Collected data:
=== Begin Enclosure ===

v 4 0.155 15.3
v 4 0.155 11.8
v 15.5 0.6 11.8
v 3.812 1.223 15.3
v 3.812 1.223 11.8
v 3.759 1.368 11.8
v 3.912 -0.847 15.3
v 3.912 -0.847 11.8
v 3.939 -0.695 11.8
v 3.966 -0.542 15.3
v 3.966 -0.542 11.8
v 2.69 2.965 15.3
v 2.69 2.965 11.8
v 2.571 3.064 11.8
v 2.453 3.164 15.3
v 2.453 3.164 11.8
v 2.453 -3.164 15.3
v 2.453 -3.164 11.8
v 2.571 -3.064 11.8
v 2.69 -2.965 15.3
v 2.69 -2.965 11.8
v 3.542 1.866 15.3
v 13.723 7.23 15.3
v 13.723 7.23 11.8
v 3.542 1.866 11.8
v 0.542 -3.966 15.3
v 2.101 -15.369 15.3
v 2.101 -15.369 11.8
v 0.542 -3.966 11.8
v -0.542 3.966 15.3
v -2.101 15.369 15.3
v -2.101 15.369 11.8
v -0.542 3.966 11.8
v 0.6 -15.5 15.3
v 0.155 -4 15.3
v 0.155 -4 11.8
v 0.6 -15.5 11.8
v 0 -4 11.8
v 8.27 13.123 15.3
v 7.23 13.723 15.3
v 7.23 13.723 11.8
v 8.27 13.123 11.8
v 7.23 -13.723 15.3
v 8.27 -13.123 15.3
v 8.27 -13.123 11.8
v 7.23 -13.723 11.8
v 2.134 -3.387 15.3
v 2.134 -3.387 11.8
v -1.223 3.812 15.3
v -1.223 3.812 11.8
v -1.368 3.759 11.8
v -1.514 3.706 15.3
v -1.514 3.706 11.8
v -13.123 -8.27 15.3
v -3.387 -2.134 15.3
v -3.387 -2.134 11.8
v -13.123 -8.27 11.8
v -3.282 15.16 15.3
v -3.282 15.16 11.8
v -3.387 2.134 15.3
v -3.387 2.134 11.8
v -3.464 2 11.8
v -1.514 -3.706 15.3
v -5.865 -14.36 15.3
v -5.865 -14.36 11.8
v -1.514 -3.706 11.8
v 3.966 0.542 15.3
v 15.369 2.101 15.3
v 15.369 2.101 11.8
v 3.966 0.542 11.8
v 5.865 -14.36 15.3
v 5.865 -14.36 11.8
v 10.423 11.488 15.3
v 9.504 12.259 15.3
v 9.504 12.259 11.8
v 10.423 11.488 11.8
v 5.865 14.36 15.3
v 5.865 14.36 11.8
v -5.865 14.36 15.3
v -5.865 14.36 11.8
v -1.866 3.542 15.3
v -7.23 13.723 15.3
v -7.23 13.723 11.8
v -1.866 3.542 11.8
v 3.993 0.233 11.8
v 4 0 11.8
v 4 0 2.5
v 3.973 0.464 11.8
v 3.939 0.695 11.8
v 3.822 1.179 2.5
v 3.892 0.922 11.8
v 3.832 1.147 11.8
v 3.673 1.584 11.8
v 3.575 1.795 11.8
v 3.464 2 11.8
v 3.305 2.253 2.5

=== End Enclosure ===
=== Begin Enclosure ===

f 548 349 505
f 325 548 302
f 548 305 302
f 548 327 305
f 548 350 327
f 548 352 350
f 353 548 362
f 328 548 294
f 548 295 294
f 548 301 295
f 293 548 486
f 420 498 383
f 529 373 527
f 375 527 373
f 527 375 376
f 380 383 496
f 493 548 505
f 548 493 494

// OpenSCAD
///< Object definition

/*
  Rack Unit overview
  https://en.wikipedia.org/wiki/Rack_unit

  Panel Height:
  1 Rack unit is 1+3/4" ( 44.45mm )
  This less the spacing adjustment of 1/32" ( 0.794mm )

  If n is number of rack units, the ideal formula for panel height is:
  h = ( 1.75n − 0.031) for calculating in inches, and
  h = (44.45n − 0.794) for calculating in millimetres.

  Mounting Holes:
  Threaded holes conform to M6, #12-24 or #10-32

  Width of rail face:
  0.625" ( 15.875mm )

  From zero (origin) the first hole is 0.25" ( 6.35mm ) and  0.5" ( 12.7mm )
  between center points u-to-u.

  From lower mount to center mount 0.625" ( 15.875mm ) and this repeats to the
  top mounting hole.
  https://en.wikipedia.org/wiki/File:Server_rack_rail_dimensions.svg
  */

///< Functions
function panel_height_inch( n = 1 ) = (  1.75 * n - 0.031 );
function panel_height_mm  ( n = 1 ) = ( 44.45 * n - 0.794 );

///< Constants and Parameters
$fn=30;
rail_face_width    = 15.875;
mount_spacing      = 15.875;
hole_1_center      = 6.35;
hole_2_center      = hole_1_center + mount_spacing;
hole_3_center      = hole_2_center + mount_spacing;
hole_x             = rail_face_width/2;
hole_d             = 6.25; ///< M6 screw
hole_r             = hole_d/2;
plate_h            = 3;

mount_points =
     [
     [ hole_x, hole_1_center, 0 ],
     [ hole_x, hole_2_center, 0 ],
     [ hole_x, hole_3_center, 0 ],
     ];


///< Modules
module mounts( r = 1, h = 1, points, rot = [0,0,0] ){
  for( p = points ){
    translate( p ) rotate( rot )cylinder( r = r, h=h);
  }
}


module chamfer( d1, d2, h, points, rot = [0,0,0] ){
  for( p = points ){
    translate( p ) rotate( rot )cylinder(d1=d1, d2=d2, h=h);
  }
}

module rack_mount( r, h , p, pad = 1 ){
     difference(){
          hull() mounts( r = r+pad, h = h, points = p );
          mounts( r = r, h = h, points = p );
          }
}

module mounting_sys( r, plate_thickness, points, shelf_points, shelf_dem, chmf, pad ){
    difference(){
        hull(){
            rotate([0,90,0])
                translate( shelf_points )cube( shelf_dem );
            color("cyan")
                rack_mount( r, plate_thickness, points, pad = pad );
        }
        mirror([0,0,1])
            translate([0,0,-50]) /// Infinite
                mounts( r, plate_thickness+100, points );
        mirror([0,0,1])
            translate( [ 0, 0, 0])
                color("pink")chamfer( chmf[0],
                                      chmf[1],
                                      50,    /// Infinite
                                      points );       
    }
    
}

=== End Enclosure ===

:: PROBLEM STATEMENT ::
The range runs from the line above containing "v 4 0.155 15.3" to the line containing "v 0.155 -4 11.8", inclusive. Restate those lines word for word and no others.

:: RESPONSE ::
v 4 0.155 15.3
v 4 0.155 11.8
v 15.5 0.6 11.8
v 3.812 1.223 15.3
v 3.812 1.223 11.8
v 3.759 1.368 11.8
v 3.912 -0.847 15.3
v 3.912 -0.847 11.8
v 3.939 -0.695 11.8
v 3.966 -0.542 15.3
v 3.966 -0.542 11.8
v 2.69 2.965 15.3
v 2.69 2.965 11.8
v 2.571 3.064 11.8
v 2.453 3.164 15.3
v 2.453 3.164 11.8
v 2.453 -3.164 15.3
v 2.453 -3.164 11.8
v 2.571 -3.064 11.8
v 2.69 -2.965 15.3
v 2.69 -2.965 11.8
v 3.542 1.866 15.3
v 13.723 7.23 15.3
v 13.723 7.23 11.8
v 3.542 1.866 11.8
v 0.542 -3.966 15.3
v 2.101 -15.369 15.3
v 2.101 -15.369 11.8
v 0.542 -3.966 11.8
v -0.542 3.966 15.3
v -2.101 15.369 15.3
v -2.101 15.369 11.8
v -0.542 3.966 11.8
v 0.6 -15.5 15.3
v 0.155 -4 15.3
v 0.155 -4 11.8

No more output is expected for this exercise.